Your task: Quote the entries below from the line with "f 206 246 2" through the line with "v -0.85 5.365 -6.54", both ends included, and only those lines.

Data for this task:
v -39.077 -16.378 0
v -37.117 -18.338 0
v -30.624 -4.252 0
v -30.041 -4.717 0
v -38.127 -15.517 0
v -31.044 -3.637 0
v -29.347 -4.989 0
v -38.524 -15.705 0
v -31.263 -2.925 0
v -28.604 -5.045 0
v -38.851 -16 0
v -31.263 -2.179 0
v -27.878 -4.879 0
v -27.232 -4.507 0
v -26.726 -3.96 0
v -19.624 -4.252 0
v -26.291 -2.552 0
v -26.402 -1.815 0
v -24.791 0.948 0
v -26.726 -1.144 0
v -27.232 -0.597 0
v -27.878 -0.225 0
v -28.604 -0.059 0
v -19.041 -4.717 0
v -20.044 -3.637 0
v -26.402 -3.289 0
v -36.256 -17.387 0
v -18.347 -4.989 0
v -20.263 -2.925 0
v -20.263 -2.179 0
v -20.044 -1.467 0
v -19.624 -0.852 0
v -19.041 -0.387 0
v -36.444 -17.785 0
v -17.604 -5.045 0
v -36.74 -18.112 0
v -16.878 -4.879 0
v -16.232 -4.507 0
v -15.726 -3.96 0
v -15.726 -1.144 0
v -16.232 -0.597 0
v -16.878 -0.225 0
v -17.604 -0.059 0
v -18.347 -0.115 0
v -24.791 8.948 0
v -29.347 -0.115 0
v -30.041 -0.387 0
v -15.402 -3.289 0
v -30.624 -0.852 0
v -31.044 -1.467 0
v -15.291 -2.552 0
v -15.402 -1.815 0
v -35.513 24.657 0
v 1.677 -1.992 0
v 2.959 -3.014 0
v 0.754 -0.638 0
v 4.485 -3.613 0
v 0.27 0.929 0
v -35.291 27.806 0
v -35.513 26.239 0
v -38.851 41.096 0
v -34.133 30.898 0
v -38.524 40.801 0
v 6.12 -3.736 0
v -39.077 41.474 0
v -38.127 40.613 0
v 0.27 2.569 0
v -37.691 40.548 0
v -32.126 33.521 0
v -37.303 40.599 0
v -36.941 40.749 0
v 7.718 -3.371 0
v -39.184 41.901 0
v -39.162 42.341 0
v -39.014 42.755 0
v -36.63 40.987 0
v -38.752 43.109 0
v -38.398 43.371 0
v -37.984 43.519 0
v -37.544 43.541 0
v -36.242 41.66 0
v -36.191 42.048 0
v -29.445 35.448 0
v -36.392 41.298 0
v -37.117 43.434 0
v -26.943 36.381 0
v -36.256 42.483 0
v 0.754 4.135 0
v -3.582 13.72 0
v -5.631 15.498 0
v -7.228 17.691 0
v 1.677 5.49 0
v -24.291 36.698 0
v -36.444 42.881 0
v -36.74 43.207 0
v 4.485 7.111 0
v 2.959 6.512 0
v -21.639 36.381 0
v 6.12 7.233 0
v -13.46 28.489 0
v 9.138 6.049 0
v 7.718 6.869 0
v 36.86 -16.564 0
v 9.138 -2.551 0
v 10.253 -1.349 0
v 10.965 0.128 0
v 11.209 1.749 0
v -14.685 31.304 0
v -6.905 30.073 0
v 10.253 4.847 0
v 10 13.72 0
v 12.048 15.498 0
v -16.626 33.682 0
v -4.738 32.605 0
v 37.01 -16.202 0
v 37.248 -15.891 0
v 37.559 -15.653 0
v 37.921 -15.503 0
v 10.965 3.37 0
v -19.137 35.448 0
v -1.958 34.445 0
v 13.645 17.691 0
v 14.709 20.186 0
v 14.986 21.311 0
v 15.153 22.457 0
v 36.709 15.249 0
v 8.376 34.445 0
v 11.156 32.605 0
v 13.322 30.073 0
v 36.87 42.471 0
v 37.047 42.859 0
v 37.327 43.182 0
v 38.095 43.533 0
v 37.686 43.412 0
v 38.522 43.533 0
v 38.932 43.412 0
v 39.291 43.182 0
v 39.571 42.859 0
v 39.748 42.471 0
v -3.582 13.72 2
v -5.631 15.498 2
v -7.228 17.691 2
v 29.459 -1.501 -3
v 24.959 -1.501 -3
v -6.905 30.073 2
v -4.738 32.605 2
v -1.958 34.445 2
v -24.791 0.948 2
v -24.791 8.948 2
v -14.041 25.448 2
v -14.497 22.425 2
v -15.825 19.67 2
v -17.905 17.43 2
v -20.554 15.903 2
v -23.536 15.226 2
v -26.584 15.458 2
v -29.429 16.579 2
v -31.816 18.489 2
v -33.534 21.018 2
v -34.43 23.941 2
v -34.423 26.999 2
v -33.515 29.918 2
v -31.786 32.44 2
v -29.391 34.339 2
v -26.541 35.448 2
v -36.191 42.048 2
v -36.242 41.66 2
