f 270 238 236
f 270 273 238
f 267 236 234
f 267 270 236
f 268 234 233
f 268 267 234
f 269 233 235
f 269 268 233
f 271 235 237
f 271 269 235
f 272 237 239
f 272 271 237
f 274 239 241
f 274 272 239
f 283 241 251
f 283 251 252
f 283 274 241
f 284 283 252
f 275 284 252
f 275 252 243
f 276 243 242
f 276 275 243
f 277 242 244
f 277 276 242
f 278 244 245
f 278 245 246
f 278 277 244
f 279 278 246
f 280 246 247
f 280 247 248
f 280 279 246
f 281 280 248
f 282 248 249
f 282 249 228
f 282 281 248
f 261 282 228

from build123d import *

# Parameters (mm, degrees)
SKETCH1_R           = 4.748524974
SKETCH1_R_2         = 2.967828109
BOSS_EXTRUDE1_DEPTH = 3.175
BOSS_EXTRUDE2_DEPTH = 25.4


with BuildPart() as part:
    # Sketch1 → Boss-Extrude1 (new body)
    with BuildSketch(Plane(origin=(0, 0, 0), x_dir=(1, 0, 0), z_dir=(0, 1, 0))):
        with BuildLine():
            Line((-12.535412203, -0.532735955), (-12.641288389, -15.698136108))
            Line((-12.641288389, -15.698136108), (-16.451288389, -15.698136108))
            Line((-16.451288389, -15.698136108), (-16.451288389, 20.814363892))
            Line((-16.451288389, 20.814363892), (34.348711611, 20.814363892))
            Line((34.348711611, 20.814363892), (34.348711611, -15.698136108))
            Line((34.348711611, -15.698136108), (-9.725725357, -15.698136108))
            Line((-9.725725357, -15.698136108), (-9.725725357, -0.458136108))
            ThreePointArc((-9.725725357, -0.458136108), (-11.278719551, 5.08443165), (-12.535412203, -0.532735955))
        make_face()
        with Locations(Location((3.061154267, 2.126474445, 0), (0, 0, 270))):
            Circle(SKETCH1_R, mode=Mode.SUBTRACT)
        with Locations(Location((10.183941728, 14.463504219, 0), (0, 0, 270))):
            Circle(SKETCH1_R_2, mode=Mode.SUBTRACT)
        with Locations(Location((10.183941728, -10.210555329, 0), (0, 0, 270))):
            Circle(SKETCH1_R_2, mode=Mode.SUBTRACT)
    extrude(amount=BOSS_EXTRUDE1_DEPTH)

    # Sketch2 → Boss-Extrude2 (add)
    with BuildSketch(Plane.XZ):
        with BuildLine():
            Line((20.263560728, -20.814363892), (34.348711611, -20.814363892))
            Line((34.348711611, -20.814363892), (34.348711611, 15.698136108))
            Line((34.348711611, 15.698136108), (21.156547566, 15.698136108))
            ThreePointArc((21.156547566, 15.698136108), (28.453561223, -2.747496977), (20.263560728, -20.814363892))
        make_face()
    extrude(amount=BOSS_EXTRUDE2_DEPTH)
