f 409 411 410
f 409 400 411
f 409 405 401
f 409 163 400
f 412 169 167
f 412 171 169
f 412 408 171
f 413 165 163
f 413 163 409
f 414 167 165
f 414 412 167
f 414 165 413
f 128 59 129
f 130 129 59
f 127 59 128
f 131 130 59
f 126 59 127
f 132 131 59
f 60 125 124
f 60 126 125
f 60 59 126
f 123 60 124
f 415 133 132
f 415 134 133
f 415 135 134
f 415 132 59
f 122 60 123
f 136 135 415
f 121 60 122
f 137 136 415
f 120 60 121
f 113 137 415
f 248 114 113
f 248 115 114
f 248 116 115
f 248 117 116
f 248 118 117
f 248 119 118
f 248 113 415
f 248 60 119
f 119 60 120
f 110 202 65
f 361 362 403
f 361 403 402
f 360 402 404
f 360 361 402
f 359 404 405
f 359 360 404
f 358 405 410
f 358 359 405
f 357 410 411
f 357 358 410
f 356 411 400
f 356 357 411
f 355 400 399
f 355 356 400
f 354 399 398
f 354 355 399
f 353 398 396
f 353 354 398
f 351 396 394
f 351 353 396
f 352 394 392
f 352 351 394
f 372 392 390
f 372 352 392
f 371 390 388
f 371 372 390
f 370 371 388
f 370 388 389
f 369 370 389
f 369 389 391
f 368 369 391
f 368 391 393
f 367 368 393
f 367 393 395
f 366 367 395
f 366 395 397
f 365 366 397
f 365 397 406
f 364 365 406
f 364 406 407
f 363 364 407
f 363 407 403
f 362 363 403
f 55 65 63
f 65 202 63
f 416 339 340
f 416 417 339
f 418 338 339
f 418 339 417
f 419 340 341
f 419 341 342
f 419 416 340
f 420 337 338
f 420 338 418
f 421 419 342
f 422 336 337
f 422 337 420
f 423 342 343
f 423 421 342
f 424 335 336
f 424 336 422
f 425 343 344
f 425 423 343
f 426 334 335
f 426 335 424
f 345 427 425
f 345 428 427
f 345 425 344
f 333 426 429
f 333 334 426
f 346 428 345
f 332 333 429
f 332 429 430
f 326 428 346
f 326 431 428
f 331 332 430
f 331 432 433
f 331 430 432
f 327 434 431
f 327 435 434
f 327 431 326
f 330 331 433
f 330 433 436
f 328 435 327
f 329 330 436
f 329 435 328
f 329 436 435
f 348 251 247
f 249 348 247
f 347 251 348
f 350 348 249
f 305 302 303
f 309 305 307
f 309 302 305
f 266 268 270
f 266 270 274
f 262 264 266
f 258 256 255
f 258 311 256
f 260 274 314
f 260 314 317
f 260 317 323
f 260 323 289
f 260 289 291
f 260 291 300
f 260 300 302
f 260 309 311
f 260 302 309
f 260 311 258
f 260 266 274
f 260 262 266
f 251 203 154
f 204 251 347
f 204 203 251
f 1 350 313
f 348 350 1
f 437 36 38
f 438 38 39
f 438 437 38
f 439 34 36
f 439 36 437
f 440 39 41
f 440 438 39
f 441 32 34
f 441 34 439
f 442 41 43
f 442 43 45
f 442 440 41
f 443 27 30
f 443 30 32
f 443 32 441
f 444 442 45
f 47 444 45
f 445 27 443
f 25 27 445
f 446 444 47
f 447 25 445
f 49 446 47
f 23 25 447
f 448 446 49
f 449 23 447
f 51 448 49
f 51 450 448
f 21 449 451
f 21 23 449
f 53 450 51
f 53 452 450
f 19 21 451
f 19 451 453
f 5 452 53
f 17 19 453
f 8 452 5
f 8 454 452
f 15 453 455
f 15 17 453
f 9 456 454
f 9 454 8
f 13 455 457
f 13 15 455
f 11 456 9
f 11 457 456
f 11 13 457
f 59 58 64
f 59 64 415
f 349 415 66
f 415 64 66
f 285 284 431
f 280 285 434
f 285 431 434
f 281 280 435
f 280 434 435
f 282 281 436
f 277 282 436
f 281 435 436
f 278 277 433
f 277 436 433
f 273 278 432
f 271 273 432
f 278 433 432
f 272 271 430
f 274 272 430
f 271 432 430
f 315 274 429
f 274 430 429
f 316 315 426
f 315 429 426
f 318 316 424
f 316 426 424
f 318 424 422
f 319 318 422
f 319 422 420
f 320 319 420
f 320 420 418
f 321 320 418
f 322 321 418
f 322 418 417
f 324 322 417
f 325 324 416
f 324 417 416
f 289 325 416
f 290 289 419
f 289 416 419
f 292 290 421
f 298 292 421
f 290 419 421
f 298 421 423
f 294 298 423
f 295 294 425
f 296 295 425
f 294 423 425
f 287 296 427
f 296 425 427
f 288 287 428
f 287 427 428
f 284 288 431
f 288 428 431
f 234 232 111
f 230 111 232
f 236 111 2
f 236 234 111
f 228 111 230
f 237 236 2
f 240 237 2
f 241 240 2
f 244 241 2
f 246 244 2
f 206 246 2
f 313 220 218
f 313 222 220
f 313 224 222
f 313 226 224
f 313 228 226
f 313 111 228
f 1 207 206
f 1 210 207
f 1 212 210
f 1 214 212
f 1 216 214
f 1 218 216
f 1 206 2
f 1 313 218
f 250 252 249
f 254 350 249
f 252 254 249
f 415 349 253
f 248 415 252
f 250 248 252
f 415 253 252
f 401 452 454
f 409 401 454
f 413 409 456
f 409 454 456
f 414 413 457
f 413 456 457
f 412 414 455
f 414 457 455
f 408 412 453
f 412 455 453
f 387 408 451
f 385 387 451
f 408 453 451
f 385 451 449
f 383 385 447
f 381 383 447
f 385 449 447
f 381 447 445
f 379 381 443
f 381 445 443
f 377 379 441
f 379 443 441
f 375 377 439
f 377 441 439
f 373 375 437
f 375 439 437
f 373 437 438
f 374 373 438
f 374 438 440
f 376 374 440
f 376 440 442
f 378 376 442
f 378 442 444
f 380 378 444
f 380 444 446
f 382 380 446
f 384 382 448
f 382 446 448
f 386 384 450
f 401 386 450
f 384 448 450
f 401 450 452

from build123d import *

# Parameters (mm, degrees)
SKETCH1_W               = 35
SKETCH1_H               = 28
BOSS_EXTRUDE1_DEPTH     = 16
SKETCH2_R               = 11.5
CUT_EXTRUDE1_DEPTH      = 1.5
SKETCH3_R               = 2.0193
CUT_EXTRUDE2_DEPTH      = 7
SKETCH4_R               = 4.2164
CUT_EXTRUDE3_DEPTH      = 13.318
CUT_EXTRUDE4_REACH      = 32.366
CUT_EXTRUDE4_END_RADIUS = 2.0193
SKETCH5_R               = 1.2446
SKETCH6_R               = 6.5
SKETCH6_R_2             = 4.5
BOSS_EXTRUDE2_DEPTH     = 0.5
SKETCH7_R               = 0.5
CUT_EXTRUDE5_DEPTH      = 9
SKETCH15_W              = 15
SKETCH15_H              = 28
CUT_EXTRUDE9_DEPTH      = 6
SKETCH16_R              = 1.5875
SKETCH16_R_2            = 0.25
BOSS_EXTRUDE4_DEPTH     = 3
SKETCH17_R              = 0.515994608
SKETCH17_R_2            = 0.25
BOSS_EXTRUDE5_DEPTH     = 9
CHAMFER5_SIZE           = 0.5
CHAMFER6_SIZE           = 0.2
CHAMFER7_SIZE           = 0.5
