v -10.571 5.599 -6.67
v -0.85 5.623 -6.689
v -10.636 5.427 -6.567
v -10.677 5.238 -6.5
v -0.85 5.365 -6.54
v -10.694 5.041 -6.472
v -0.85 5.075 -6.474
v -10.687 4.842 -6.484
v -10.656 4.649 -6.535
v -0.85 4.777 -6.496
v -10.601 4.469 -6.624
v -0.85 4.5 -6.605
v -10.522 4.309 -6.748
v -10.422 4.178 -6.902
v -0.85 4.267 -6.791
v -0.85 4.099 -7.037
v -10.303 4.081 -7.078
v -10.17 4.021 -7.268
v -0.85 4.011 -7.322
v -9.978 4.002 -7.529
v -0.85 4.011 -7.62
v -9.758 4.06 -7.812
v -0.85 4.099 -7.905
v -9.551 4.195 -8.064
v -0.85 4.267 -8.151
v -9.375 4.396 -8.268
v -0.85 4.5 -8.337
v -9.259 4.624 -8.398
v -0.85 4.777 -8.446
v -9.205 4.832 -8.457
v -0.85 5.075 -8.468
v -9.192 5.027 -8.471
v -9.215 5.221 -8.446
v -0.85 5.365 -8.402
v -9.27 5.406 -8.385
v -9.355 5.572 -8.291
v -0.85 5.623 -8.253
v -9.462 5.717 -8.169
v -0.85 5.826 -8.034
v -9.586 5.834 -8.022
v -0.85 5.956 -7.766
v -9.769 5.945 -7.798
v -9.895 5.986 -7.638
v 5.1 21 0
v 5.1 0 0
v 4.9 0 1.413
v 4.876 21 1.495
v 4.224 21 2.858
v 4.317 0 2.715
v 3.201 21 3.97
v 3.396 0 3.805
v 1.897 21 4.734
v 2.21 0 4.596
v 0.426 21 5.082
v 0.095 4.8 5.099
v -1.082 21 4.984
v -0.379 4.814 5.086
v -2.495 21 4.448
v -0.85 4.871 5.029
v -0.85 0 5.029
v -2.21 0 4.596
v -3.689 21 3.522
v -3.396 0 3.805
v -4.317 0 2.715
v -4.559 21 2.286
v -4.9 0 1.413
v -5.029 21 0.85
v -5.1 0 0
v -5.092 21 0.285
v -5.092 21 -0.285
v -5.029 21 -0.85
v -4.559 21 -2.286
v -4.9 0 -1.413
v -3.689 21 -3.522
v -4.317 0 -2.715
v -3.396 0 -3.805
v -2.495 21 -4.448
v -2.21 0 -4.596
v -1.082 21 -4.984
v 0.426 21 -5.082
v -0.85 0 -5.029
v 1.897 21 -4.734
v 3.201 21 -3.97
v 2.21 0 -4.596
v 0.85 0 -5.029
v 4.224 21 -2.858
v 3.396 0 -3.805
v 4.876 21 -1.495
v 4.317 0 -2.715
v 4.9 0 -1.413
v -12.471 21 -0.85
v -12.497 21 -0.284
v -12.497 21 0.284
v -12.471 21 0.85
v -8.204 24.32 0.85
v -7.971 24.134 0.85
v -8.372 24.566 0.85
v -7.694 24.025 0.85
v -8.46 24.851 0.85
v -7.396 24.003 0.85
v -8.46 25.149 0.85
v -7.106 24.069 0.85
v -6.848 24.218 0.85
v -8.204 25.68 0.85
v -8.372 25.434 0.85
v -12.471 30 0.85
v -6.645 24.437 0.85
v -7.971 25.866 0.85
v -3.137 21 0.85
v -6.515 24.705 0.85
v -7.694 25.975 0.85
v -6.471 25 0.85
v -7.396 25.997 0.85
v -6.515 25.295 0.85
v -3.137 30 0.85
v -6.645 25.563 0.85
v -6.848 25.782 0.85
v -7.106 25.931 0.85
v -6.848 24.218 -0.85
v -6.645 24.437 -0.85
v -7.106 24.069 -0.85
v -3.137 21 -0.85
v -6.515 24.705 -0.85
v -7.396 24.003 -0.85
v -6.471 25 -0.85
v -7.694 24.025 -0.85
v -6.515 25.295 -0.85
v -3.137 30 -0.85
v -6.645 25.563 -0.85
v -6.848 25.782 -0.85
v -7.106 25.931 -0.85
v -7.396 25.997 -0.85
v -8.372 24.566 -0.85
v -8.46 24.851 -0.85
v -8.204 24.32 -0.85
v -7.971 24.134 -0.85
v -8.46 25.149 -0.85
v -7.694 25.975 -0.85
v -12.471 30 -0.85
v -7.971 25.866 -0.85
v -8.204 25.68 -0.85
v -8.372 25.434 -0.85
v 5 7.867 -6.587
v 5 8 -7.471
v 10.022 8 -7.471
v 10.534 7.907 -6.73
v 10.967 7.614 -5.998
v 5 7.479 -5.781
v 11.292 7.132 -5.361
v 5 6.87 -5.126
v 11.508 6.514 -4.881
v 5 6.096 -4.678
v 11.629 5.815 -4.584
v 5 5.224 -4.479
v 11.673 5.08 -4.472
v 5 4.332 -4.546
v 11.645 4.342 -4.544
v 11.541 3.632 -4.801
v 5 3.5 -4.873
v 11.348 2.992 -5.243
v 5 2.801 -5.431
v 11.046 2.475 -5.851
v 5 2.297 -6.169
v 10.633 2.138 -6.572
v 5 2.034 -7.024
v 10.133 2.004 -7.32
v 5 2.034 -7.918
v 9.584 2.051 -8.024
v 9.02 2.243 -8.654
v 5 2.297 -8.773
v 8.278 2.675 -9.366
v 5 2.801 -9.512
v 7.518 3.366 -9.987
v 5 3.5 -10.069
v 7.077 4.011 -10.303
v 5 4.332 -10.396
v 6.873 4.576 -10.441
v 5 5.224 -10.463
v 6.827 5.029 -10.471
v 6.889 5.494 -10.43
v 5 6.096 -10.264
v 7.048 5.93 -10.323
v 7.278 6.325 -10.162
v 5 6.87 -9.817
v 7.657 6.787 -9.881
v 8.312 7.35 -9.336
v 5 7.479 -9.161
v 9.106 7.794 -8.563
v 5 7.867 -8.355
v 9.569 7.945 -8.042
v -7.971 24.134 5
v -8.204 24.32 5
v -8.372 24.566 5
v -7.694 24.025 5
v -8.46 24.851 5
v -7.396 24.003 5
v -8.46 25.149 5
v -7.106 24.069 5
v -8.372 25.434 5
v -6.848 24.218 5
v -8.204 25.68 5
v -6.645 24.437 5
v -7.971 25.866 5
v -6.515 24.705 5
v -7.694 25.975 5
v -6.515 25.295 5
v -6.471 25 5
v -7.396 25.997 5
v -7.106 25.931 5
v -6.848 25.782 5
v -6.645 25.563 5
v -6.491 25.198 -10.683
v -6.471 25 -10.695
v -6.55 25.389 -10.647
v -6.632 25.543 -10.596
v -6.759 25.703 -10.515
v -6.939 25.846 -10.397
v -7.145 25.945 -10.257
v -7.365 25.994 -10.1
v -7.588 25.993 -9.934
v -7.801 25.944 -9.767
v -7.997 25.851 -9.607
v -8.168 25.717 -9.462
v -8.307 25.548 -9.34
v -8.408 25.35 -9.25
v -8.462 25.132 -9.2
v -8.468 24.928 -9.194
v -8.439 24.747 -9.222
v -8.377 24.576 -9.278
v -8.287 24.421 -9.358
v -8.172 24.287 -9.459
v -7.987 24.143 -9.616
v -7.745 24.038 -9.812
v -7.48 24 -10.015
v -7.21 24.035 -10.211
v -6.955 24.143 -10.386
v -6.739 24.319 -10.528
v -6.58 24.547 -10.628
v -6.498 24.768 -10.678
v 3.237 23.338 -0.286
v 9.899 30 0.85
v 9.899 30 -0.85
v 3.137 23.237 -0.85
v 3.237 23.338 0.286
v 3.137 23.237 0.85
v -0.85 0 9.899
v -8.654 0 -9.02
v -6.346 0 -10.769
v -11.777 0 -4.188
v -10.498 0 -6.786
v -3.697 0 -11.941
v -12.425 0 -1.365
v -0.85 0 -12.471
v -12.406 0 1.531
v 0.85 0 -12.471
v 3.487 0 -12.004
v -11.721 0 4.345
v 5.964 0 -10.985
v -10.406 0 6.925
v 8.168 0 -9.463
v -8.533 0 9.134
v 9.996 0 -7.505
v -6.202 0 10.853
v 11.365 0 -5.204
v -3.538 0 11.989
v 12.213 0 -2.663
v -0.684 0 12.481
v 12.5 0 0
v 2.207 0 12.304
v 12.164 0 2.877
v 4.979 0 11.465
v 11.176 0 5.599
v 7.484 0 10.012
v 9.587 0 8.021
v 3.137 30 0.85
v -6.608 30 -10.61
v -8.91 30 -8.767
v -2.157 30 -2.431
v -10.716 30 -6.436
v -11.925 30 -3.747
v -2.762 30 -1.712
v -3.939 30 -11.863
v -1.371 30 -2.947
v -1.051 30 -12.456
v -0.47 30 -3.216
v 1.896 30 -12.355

Solution for this problem:
f 206 246 2
f 313 220 218
f 313 222 220
f 313 224 222
f 313 226 224
f 313 228 226
f 313 111 228
f 1 207 206
f 1 210 207
f 1 212 210
f 1 214 212
f 1 216 214
f 1 218 216
f 1 206 2
f 1 313 218
f 250 252 249
f 254 350 249
f 252 254 249
f 415 349 253
f 248 415 252
f 250 248 252
f 415 253 252
f 401 452 454
f 409 401 454
f 413 409 456
f 409 454 456
f 414 413 457
f 413 456 457
f 412 414 455
f 414 457 455
f 408 412 453
f 412 455 453
f 387 408 451
f 385 387 451
f 408 453 451
f 385 451 449
f 383 385 447
f 381 383 447
f 385 449 447
f 381 447 445
f 379 381 443
f 381 445 443
f 377 379 441
f 379 443 441
f 375 377 439
f 377 441 439
f 373 375 437
f 375 439 437
f 373 437 438
f 374 373 438
f 374 438 440
f 376 374 440
f 376 440 442
f 378 376 442
f 378 442 444
f 380 378 444
f 380 444 446
f 382 380 446
f 384 382 448
f 382 446 448
f 386 384 450
f 401 386 450
f 384 448 450
f 401 450 452

from build123d import *

# Parameters (mm, degrees)
SKETCH1_W               = 35
SKETCH1_H               = 28
BOSS_EXTRUDE1_DEPTH     = 16
SKETCH2_R               = 11.5
CUT_EXTRUDE1_DEPTH      = 1.5
SKETCH3_R               = 2.0193
CUT_EXTRUDE2_DEPTH      = 7
SKETCH4_R               = 4.2164
CUT_EXTRUDE3_DEPTH      = 13.318
CUT_EXTRUDE4_REACH      = 32.366
CUT_EXTRUDE4_END_RADIUS = 2.0193
SKETCH5_R               = 1.2446
SKETCH6_R               = 6.5
SKETCH6_R_2             = 4.5
BOSS_EXTRUDE2_DEPTH     = 0.5
SKETCH7_R               = 0.5
CUT_EXTRUDE5_DEPTH      = 9
SKETCH15_W              = 15
SKETCH15_H              = 28
CUT_EXTRUDE9_DEPTH      = 6
SKETCH16_R              = 1.5875
SKETCH16_R_2            = 0.25
BOSS_EXTRUDE4_DEPTH     = 3
SKETCH17_R              = 0.515994608
SKETCH17_R_2            = 0.25
BOSS_EXTRUDE5_DEPTH     = 9
CHAMFER5_SIZE           = 0.5
CHAMFER6_SIZE           = 0.2
CHAMFER7_SIZE           = 0.5
v -10.571 5.599 -6.67
v -0.85 5.623 -6.689
v -10.636 5.427 -6.567
v -10.677 5.238 -6.5
v -0.85 5.365 -6.54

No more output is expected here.